**What needs to be done**: Transcribe exactly the lines that fall between the one holding "#124=ORIENTED_EDGE('',*,*,#100,.T.);" and the one holding "#130=EDGE_CURVE('',#23,#128,#129,.T.);", inclusive, from the entries below.
=======
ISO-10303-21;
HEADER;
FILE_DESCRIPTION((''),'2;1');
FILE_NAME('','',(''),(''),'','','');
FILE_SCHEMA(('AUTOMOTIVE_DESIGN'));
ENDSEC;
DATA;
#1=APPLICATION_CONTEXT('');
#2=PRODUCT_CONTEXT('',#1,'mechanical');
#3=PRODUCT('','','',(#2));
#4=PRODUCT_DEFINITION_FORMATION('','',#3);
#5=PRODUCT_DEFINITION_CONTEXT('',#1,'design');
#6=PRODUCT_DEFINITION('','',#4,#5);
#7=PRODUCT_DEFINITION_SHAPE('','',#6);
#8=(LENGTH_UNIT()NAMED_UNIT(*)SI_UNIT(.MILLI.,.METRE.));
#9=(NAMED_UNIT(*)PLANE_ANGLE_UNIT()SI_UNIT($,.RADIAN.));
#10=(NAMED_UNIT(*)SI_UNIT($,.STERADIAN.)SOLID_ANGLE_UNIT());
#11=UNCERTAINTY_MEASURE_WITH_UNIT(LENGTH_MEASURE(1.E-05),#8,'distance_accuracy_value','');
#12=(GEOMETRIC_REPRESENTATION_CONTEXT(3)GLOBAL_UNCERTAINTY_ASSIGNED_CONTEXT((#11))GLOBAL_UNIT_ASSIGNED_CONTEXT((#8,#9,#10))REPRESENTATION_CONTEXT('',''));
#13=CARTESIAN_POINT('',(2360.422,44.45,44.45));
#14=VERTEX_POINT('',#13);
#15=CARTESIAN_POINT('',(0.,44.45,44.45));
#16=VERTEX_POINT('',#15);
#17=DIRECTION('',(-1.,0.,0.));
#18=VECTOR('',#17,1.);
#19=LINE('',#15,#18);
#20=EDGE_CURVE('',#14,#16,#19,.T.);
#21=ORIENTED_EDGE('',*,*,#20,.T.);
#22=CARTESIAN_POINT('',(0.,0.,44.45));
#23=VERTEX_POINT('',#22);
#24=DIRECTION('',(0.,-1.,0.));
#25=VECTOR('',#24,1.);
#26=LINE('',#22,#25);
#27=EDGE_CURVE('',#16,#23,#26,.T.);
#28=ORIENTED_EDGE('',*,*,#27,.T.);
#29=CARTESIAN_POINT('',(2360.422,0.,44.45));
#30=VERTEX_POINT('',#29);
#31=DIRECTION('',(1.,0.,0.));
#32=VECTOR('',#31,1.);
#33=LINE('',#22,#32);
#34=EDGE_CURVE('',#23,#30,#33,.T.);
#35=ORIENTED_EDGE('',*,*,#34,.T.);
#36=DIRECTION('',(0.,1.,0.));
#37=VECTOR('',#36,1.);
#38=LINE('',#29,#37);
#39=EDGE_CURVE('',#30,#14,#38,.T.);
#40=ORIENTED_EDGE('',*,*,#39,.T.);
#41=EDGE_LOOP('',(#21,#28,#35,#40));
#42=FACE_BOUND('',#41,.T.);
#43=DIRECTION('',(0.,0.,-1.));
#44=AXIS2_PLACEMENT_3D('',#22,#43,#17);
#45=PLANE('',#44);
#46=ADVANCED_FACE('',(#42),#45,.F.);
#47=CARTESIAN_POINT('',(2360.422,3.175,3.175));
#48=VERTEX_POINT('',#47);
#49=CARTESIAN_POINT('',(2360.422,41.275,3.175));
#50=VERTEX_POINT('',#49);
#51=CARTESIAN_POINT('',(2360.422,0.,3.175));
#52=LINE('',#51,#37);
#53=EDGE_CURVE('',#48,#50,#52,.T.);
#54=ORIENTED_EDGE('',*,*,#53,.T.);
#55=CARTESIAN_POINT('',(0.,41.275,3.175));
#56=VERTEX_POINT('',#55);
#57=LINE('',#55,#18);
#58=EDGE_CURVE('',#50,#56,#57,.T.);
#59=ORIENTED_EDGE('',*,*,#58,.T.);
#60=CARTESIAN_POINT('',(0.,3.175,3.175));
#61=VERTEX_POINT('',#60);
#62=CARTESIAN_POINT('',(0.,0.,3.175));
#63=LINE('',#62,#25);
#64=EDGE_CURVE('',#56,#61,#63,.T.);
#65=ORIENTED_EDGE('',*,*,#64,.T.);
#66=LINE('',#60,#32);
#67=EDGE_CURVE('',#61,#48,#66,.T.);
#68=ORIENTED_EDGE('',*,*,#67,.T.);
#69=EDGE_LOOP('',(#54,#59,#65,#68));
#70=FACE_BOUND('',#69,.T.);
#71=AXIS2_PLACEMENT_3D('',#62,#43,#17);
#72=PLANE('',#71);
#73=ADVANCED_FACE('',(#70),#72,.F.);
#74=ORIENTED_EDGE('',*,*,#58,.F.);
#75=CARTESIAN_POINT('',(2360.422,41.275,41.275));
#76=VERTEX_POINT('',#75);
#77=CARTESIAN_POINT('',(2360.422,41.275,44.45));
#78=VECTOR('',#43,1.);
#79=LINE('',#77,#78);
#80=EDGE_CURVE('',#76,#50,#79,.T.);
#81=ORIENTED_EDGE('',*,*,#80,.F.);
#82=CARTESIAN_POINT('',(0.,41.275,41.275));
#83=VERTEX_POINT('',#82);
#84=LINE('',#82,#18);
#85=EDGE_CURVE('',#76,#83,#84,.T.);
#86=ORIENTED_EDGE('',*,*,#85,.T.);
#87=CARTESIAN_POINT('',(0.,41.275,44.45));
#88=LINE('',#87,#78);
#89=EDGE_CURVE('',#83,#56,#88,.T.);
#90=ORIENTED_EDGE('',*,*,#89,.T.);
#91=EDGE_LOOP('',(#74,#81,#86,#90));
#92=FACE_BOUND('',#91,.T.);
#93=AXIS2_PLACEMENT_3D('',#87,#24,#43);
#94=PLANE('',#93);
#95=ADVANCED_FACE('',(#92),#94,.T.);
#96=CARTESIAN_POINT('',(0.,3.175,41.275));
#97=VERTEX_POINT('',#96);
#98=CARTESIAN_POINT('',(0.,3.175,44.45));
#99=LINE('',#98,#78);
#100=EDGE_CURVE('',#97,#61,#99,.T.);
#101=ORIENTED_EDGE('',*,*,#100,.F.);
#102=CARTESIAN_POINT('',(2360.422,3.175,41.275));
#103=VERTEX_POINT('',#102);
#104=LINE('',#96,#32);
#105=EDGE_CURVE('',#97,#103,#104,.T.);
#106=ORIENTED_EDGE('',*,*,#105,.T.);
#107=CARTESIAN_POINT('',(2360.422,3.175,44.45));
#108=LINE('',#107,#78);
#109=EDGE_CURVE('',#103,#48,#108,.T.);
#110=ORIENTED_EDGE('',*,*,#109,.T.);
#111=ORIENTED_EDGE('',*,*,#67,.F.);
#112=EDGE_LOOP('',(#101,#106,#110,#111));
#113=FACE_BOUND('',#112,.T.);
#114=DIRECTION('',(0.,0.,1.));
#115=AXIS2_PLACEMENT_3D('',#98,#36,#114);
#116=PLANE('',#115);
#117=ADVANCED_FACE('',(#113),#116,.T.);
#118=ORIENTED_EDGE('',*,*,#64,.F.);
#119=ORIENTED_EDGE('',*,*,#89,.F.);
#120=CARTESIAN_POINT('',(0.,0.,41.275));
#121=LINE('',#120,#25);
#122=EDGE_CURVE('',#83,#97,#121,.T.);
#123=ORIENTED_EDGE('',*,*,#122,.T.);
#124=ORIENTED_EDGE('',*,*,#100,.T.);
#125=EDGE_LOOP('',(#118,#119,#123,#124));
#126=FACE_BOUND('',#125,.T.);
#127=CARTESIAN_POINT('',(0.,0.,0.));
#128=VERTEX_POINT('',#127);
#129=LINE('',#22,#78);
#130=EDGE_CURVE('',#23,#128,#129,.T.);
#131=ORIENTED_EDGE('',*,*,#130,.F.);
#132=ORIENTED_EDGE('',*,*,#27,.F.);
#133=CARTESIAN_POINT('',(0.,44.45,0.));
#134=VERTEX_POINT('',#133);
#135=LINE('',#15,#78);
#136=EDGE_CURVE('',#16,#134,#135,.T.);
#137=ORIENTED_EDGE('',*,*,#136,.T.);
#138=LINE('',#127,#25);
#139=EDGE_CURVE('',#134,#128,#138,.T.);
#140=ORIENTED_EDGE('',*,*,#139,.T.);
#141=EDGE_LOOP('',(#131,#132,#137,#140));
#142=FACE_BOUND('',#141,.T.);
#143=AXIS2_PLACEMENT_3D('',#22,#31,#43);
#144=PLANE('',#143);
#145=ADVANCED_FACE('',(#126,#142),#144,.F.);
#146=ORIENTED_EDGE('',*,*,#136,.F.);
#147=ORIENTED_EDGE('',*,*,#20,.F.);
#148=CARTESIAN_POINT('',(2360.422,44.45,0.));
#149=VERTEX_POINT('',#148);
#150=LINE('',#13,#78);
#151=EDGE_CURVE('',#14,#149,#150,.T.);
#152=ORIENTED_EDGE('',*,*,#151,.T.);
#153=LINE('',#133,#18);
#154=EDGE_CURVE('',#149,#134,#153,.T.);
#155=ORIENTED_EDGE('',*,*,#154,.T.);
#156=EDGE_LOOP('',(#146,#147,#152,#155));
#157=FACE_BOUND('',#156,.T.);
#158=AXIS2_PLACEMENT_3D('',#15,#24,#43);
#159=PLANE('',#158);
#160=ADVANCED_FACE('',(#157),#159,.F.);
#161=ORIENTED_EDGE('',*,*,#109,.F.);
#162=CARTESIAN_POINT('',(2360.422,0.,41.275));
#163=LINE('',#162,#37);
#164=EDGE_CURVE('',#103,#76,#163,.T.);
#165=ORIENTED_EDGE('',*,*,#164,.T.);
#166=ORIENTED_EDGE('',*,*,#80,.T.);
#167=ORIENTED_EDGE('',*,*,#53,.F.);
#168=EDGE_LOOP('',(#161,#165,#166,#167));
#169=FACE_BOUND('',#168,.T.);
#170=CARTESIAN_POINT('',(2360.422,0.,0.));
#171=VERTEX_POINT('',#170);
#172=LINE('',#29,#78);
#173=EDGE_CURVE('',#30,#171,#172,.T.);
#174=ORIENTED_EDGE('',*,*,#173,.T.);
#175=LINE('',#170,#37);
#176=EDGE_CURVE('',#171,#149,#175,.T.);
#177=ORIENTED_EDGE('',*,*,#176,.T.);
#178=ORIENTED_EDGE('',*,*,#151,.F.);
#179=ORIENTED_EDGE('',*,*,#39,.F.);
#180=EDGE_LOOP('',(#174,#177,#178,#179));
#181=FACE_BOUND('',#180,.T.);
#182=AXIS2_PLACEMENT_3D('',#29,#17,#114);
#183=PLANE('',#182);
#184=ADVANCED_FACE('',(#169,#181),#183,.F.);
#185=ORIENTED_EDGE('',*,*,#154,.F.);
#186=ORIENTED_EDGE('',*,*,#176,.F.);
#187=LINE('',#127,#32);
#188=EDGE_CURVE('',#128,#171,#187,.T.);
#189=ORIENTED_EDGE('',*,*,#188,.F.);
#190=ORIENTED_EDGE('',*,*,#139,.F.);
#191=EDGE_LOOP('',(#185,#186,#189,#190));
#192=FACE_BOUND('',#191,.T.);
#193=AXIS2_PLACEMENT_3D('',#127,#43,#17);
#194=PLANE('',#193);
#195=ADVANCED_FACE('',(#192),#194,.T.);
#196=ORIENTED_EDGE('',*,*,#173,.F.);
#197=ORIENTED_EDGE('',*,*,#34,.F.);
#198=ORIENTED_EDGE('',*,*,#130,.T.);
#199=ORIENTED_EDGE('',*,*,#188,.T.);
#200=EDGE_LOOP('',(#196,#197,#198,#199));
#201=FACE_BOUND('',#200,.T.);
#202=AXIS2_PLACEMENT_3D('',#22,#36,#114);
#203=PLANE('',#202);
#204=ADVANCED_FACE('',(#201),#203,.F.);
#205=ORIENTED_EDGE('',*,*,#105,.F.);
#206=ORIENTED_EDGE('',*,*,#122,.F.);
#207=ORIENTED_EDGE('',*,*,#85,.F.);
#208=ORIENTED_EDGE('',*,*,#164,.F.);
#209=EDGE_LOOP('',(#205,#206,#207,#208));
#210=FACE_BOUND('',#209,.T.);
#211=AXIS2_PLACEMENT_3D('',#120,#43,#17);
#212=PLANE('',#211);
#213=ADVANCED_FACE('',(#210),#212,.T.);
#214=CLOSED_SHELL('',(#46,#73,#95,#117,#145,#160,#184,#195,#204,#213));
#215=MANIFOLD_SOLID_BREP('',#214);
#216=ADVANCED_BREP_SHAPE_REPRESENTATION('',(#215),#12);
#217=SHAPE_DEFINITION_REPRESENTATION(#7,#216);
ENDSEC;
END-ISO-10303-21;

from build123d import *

# Parameters (mm, degrees)
SKETCH1_W           = 2360.422
SKETCH1_H           = 44.45
BOSS_EXTRUDE1_DEPTH = 44.45
SHELL1_T            = -3.175


with BuildPart() as part:
    # Sketch1 → Boss-Extrude1 (new body)
    with BuildSketch(Plane.XY):
        with Locations((1180.211, 22.225)):
            Rectangle(SKETCH1_W, SKETCH1_H)
    extrude(amount=BOSS_EXTRUDE1_DEPTH)

    # Shell1
    shell1_openings = [part.faces().sort_by_distance(p)[0] for p in [
        (2360.422, 22.225, 22.225),
        (0, 22.225, 22.225),
    ]]
    offset(amount=SHELL1_T, openings=shell1_openings, kind=Kind.INTERSECTION)


solid = part.part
=======
**Task output**:
#124=ORIENTED_EDGE('',*,*,#100,.T.);
#125=EDGE_LOOP('',(#118,#119,#123,#124));
#126=FACE_BOUND('',#125,.T.);
#127=CARTESIAN_POINT('',(0.,0.,0.));
#128=VERTEX_POINT('',#127);
#129=LINE('',#22,#78);
#130=EDGE_CURVE('',#23,#128,#129,.T.);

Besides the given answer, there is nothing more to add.